LUCIA N. BASCO (and husband ANTONIO BASCO, as nominal party), respondents.
D E C I S I O N
QUISUMBING, J.:
For review on certiorari is the Resolution1 dated March 16, 2005 of the Court of Appeals in CA-G.R. SP No. 87699 which had dismissed petitioner’s petition for certiorari.
It appears from the records that on April 23, 2004, the Regional Trial Court (RTC) of Manila, Branch 43, rendered a Decision2 in Civil Case No. 98-92072 ordering petitioner Willie Ong, doing business under the name and style EXCEL Fitness Center, to pay respondent Lucia N. Basco the amount of P200,000 as moral damages, P150,000 as exemplary damages plus 10% of the total amount as attorney’s fees.
On June 23, 2004, Ong filed a Motion for Reconsideration.3 He also filed on July 16, 2004, a Motion for Inhibition4 seeking the voluntary inhibition of the trial judge, Judge Amor A. Reyes, on the grounds of bias and partiality in favor of Basco.
In an Order5 dated September 13, 2004, Judge Reyes denied Ong’s motion for reconsideration as well as his motion for inhibition.
On October 9, 2004, Ong filed a Notice of Appeal6 with the RTC. The records of Civil Case No. 98-92072 were elevated to the Court of Appeals and the appeal was docketed as CA-G.R. No. CV-83646.7
On December 14, 2004, Ong filed with the Court of Appeals a Petition for Certiorari8 under Rule 65 of the Rules of Court. The case was docketed as CA-G.R. SP No. 87699. Ong alleged that Judge Reyes acted without or in excess of her jurisdiction in denying his motion for inhibition. He also imputed bias and partiality against Judge Reyes when the latter appreciated the case against him. He further claimed that the decision was rendered with indecent haste because Judge Reyes never presided in any hearing as she took over the case only when it was in the memorandum stage.
On March 16, 2005, the Court of Appeals issued the assailed Resolution dismissing CA-G.R. SP No. 87699 for lack of merit. It ruled that certiorari lies only when there is no appeal nor any plain, speedy or adequate remedy. In Ong’s case, he had in fact availed of the remedy of appeal, adequate to deal with any factual or legal question. It further ruled that absent any evidence of bad faith, malice, or corrupt purpose, repeated adverse rulings on a litigant are not bases for disqualification of a judge on the grounds of bias and prejudice. Moreover, a petition for certiorari, in order to prosper, must be based on jurisdictional grounds; any error committed in the exercise thereof will only amount to an error of judgment, reviewable or correctible by ordinary appeal.9 The decretal portion of the Courts of Appeals’ Resolution reads,
WHEREFORE, the petition for certiorari is DISMISSED for lack of merit.
SO ORDERED.10
Hence, this petition wherein Ong alleges that the Court of Appeals erred in dismissing his petition for certiorari because:
I.
SPECIAL CIVIL ACTION OF CERTIORARI WAS THE PROPER REMEDY AGAINST THE DENIAL OF THE MOTION FOR INHIBITION...
II.
UNDER THE SPECIAL CIRCUMSTANCES OF THE CASE, THE REMEDY OF APPEAL WAS INADEQUATE TO RELIEVE PETITIONER FROM THE INJURIOUS EFFECTS OF THE DENIAL OF THE MOTION FOR INHIBITION.11
Essentially, the issue is: Did the Court of Appeals err when it ruled that a petition for certiorari under Rule 65 of the Rules of Court was not the proper remedy from the denial of petitioner’s motion for inhibition?

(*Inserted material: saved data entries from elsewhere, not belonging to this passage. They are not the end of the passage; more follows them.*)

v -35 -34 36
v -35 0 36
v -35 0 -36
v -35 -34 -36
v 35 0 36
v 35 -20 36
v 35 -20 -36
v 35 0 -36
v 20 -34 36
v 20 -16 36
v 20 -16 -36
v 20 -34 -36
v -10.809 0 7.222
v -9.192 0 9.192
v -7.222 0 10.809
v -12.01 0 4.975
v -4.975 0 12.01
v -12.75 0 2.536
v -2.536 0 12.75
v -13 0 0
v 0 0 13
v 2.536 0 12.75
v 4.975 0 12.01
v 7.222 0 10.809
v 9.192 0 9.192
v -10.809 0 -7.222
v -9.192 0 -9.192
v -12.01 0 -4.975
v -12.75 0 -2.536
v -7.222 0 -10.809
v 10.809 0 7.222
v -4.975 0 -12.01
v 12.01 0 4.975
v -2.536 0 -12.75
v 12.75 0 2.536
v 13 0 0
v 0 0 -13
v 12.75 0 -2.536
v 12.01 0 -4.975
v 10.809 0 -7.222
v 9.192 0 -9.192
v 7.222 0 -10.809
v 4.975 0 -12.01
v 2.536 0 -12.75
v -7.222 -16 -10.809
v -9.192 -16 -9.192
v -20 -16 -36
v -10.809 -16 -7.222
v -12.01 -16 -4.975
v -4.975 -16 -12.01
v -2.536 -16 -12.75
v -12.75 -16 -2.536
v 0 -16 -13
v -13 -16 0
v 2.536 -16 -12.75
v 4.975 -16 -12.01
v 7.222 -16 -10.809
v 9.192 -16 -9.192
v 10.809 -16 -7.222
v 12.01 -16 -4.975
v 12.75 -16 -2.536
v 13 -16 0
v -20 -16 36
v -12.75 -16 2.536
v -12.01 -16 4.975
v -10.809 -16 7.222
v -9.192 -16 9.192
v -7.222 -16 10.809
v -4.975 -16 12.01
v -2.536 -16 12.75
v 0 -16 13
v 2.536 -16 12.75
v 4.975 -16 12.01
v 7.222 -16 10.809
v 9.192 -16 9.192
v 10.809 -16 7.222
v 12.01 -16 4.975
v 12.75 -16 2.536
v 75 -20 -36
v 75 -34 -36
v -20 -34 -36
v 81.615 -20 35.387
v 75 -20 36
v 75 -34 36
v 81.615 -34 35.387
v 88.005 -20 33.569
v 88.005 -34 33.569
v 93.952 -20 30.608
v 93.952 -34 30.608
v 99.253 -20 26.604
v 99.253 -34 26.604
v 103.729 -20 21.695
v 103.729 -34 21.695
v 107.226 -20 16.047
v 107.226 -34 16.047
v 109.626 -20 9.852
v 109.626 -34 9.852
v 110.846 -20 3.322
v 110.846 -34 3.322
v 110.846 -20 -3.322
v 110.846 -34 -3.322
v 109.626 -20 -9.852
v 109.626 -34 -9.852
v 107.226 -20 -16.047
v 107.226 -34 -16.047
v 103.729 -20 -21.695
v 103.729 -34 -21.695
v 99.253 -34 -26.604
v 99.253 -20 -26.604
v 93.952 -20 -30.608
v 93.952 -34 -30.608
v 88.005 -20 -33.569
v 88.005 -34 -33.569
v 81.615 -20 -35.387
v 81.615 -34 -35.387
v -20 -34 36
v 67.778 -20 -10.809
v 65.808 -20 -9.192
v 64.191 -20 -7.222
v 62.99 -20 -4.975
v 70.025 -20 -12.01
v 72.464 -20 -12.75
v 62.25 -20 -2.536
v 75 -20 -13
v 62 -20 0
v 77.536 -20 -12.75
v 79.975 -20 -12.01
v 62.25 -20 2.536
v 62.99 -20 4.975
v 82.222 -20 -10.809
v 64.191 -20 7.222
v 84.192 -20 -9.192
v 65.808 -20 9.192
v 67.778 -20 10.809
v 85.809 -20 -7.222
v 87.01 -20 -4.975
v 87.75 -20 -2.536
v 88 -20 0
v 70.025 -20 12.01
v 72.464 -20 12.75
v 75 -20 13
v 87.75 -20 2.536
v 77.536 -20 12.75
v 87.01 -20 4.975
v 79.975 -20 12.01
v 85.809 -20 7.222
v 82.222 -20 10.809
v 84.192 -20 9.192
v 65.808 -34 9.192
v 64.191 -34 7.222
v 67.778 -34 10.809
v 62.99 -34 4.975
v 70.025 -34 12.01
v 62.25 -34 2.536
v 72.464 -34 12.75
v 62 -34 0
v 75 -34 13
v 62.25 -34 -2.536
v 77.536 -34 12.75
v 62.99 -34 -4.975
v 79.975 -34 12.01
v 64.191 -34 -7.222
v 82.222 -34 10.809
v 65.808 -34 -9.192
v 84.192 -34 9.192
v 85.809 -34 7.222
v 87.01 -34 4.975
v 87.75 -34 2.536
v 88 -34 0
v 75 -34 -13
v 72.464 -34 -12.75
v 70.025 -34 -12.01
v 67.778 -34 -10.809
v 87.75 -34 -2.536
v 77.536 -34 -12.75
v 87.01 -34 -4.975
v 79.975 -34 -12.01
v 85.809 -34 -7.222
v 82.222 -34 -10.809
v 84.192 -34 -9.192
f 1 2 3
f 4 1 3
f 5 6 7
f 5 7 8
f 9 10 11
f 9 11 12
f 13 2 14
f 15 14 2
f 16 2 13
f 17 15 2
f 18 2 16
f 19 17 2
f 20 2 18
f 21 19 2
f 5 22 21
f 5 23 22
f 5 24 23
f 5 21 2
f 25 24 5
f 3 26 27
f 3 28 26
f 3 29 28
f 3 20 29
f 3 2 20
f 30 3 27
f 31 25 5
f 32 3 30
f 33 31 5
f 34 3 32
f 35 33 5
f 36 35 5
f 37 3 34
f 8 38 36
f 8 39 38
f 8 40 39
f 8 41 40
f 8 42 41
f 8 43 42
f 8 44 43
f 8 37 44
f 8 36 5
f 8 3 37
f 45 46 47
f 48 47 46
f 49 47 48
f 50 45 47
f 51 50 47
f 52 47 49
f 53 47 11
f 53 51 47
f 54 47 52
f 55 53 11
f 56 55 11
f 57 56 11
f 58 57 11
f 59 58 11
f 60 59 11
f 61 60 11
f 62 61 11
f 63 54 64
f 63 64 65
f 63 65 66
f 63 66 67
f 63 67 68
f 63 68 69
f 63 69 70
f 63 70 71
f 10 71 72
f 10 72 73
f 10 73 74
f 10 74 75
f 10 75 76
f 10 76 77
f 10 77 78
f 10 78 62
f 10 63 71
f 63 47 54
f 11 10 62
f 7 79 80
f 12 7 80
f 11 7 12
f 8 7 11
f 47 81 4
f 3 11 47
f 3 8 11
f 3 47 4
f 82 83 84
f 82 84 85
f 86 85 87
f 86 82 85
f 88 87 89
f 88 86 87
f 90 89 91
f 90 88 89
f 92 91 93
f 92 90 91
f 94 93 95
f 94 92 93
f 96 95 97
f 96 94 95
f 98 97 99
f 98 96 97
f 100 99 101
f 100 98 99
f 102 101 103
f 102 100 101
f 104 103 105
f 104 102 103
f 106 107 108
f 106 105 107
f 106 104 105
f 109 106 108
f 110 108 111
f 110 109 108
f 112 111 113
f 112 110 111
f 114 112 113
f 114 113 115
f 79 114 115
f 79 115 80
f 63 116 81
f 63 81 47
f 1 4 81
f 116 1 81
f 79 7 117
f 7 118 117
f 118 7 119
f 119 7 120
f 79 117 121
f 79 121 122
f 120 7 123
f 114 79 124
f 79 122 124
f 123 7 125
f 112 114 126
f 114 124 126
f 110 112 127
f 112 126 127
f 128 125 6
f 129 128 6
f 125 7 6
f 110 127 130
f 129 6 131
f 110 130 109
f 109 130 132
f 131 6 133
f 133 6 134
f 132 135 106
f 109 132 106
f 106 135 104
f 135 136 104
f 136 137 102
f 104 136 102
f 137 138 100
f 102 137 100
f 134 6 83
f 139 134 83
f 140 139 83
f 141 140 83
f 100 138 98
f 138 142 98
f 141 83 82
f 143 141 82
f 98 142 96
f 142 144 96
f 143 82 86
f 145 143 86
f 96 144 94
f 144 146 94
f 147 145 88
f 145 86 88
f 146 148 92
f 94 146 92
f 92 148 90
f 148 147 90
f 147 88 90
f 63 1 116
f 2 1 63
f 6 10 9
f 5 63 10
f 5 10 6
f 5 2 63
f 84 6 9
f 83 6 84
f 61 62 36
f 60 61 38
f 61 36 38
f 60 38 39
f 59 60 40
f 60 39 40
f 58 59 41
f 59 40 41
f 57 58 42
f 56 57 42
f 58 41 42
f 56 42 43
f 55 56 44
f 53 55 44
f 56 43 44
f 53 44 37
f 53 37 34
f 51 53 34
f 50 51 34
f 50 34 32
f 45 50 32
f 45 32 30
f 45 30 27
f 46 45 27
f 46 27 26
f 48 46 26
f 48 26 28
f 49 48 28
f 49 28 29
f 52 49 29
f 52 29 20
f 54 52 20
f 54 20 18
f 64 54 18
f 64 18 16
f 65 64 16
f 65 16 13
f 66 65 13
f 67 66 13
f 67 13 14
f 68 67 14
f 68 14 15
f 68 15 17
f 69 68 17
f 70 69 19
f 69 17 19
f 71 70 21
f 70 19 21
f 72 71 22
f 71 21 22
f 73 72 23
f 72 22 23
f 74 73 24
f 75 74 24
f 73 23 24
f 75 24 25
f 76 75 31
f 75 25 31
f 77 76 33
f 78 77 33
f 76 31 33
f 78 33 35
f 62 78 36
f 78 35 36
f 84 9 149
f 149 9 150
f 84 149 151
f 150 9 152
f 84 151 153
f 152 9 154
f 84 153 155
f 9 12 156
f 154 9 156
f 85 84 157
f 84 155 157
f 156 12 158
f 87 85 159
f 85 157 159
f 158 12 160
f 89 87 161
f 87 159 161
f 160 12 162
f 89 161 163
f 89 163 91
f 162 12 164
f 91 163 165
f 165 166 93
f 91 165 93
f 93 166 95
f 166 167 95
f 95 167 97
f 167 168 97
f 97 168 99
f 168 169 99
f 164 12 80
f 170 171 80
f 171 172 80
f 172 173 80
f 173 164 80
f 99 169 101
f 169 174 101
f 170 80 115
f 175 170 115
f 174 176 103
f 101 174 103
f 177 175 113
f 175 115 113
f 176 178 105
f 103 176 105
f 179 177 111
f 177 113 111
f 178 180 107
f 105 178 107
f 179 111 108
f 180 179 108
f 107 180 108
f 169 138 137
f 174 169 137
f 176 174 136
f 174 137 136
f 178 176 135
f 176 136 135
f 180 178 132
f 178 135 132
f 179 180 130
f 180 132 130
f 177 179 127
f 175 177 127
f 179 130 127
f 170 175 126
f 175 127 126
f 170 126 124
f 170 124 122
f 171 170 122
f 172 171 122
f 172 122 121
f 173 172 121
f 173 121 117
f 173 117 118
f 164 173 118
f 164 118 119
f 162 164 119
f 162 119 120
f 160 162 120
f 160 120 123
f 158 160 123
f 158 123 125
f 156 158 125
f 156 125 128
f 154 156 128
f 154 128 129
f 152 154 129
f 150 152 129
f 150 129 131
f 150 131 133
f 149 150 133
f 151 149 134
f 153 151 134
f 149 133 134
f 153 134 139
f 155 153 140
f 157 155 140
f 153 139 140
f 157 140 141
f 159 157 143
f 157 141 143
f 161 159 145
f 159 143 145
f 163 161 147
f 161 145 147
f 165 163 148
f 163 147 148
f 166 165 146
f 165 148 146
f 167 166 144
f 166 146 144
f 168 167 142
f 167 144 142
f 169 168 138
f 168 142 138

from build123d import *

# Parameters (mm, degrees)
IZIM2_R                     = 13
IZIM2_W                     = 70
IZIM2_H                     = 72
Y_KSEKLIK_EKSTR_ZYON1_DEPTH = 34
IZIM3_OUTSIDE_W             = 181.26
IZIM3_OUTSIDE_H             = 69.26
KES_EKSTR_ZYON4_DEPTH       = 73


with BuildPart() as part:
    # Çizim2 → Yükseklik-Ekstrüzyon1 (new body)
    with BuildSketch(Plane(origin=(0, 0, 0), x_dir=(1, 0, 0), z_dir=(0, 1, 0))):
        with BuildLine():
            Line((35, 36), (35, -36))
            Line((35, -36), (75, -36))
            ThreePointArc((75, -36), (111, 0), (75, 36))
            Line((75, 36), (35, 36))
        make_face()
        with Locations((75, 0)):
            Circle(IZIM2_R, mode=Mode.SUBTRACT)
        Rectangle(IZIM2_W, IZIM2_H)
        Circle(IZIM2_R, mode=Mode.SUBTRACT)
    extrude(amount=-Y_KSEKLIK_EKSTR_ZYON1_DEPTH)

    # Çizim3 outside → Kes-Ekstrüzyon4 (cut, through all)
    with BuildSketch(Plane.XY.offset(36)):
        with Locations((38, -17)):
            Rectangle(IZIM3_OUTSIDE_W, IZIM3_OUTSIDE_H)
        Polygon((-35, 0), (-35, -34), (-20, -34), (-20, -16), (20, -16), (20, -34), (75, -34), (111, -34), (111, -20), (75, -20), (35, -20), (35, 0), align=None, mode=Mode.SUBTRACT)
    extrude(amount=-KES_EKSTR_ZYON4_DEPTH, mode=Mode.SUBTRACT)


solid = part.part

Petitioner contends that a special civil action for certiorari was the proper remedy. He argues that the issue he raised before the Court of Appeals involved an error of jurisdiction on the part of Judge Reyes, thus, correctible only by a special civil action for certiorari. He maintains that Judge Reyes exhibited bias when she simultaneously denied his motions for reconsideration and inhibition. He further contends that the factual findings of Judge Reyes were baseless and erroneous. Assuming arguendo that appeal was the proper remedy, he avers that it is inadequate to afford him relief.

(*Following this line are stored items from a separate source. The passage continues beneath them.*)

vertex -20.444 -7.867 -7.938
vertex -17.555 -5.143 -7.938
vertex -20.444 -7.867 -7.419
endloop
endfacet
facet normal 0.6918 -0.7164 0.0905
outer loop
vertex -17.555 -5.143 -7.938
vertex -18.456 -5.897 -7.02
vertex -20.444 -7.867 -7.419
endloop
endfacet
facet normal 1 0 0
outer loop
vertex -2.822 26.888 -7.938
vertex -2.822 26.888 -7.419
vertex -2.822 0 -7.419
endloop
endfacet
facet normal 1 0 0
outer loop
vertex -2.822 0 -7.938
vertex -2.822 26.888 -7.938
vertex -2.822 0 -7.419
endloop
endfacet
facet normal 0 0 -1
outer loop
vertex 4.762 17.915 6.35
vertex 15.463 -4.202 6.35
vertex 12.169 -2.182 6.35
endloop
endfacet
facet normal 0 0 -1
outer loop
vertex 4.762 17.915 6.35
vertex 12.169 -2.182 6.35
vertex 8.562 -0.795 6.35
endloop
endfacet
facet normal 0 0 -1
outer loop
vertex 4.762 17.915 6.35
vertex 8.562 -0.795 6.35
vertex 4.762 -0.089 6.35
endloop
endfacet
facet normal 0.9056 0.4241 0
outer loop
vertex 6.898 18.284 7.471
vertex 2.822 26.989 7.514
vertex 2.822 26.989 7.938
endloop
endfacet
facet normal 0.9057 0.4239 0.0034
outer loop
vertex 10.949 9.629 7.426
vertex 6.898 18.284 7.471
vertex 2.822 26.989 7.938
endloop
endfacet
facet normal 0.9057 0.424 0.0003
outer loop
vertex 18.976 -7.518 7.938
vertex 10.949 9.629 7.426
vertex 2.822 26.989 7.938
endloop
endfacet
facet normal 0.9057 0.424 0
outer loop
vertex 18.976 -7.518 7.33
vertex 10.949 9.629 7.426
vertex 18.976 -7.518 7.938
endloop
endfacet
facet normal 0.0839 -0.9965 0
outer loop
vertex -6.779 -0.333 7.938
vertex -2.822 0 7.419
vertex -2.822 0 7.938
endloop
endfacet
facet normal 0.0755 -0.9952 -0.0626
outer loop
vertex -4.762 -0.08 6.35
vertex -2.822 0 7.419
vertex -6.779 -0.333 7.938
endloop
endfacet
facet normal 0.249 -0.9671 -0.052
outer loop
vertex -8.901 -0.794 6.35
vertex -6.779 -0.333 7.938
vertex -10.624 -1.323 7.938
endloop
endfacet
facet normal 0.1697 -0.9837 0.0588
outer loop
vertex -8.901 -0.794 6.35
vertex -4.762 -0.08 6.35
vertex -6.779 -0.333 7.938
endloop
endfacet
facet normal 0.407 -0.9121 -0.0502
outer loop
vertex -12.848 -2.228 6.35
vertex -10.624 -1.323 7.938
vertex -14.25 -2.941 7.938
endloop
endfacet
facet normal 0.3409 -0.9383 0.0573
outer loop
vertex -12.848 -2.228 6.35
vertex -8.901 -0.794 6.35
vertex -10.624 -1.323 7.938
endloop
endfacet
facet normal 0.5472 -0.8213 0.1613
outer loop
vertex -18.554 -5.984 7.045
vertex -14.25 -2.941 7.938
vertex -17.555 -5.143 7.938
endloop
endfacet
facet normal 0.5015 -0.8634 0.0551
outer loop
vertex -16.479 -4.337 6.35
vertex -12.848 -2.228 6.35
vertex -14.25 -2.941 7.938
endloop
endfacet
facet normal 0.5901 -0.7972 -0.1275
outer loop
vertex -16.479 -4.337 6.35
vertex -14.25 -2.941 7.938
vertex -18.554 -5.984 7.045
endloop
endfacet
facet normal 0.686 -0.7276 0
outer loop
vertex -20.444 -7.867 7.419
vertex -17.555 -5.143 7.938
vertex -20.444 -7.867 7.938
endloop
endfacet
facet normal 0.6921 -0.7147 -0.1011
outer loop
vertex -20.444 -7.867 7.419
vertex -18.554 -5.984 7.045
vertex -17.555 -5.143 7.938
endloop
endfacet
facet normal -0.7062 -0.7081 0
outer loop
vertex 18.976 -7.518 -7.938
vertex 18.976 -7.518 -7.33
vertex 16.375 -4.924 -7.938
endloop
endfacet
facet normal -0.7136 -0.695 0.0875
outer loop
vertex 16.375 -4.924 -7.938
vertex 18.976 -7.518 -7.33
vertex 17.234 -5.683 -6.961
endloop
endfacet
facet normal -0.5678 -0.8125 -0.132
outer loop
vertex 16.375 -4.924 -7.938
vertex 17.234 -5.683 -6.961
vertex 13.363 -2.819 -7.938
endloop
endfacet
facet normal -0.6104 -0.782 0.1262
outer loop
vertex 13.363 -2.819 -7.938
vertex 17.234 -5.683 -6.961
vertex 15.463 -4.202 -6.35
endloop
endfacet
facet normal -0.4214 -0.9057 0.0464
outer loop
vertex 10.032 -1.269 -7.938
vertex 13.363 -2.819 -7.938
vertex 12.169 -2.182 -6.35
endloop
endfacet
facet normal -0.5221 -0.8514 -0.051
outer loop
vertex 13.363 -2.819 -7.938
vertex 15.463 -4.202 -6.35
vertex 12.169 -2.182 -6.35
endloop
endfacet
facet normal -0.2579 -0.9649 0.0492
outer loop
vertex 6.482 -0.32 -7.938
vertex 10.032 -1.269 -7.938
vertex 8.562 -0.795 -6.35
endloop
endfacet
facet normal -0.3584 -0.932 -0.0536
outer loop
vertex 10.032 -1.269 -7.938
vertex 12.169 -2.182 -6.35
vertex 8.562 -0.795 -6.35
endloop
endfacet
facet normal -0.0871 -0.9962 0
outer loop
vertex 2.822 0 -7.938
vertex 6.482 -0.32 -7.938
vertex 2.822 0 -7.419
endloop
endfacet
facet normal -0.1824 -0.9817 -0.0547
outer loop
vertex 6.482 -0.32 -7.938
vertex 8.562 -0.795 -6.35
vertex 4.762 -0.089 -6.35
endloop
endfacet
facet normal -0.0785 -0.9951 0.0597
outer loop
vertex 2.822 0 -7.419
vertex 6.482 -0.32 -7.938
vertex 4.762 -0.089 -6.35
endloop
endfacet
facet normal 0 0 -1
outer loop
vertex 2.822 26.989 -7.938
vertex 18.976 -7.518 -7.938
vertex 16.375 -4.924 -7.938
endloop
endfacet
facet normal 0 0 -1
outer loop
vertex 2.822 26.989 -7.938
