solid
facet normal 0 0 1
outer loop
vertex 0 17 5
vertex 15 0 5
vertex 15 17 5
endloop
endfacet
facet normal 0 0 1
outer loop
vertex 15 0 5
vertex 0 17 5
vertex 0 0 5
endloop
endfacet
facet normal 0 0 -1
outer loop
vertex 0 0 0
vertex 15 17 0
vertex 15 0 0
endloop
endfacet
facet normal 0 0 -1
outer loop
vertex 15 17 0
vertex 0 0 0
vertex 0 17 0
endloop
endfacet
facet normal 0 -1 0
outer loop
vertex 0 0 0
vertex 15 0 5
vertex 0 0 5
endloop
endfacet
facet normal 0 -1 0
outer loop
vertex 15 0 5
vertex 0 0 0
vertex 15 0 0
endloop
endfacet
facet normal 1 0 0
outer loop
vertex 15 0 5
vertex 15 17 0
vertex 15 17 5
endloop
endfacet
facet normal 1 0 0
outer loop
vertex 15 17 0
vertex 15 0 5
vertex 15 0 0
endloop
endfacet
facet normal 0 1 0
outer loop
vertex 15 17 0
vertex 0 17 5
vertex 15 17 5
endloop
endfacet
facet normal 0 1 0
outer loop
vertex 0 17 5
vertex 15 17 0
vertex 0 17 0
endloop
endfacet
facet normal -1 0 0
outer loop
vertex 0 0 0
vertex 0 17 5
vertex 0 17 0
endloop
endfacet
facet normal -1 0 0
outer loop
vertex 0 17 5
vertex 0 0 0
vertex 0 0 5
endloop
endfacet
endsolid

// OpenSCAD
// Generated by SolidPython 1.0.1 on 2020-07-29 00:46:55


cube(size = [15, 17, 5]);
/***********************************************
*********      SolidPython code:      **********
************************************************
 
# import packages: SolidPython
from solid import *
from solid.utils import *
from itertools import chain, combinations, permutations


class Resize:

    def __init__(self, scad_file):
        self.scad_file = scad_file
        #self.scad_file = import_scad(scad_file)
        # cone/cylinder param:
        self.r1 = 0
        self.r2 = 0
        self.h = 0
        # rectangular prism param:
        self.w = 0
        self.l = 0
        # ellipse param:
        self.r = 0

    # import OpenScad code (file name corresponds to shape)


    # classify shape + parameters
    def assign(self, param1, param2, param3):
        if self.scad_file == 'cone.scad':
            self.r1 = param1
            self.r2 = param2
            self.h = param3
        elif self.scad_file == 'cylinder.scad':
            self.r1 = param1
            self.r2 = param2
            self.h = param3
        elif self.scad_file == 'rectangularPrism.scad':
            self.h = param1
            self.l = param2
            self.w = param3
        else:
            self.r = param1
            self.h = param2

    # resize parameters
    def iterate(self):
        x = range(3, 20, 2)
        i = 1
        if self.scad_file == 'cone.scad':
            tempList = list(permutations(x, 2))
            for temp in tempList:
                param1 = temp[0]
                param2 = temp[1]
                filepath = 'produced_scad_files/' + 'cone' + str(param1) + '_' + str(param2) + '_' + '.scad'
                scad_render_to_file(cylinder(h=param1, r1=param2, r2=0), filepath)

        elif self.scad_file == 'cylinder.scad':
            tempList = list(permutations(x, 3))
            for temp in tempList:
                param1 = temp[0]
                param2 = temp[1]
                filepath = 'produced_scad_files/' + 'cylinder' + str(param1) + '_' + str(param2) + '_' + '.scad'
                scad_render_to_file(cylinder(h=param1, r1=param2, r2=param2), filepath)

        elif self.scad_file == 'rectangularPrism.scad':
            tempList = list(permutations(x, 3))
            for temp in tempList:
                param1 = temp[0]
                param2 = temp[1]
                param3 = temp[2]
                filepath = 'produced_scad_files/' + 'rectangularPrism' + str(param1) + '_' + str(param2) + '_' + str(
                    param3) + '.scad'
                scad_render_to_file(cube(size=(param1, param2, param3)), filepath)

        elif self.scad_file == 'ellipse.scad':
            tempList = list(permutations(x, 4))
            for temp in tempList:
                param1 = temp[0]
                param2 = temp[1]
                param3 = temp[2]
                param4 = temp[3]
                filepath = 'produced_scad_files/' + 'ellipse' + str(param1) + '_' + str(param2) + '_' + str(param3) + '_' + str(param4) + '.scad'
                scad_render_to_file(scale([param1, param2, param3])(sphere(r=param4)), filepath)

    def render_to_scadfile(self):
        scad_render_to_file(scad, 'example.scad') 
 
************************************************/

Respondent counters that certiorari was not the proper remedy from the denial of petitioner’s motion for inhibition. First, she points out that petitioner did not file a motion for reconsideration on the denial of his motion for inhibition before filing the petition for certiorari with the Court of Appeals. Second, she stresses that Judge Reyes acted within her jurisdiction and an alleged misapprehension of facts, if any, is a mere error of judgment correctible by appeal. She asserts that partiality and bad faith of a judge cannot be presumed but must be proven by clear and convincing evidence. Third, she contends that petitioner is guilty of forum-shopping when he availed both remedies of appeal and certiorari in assailing the RTC Order which denied his motions for reconsideration and inhibition.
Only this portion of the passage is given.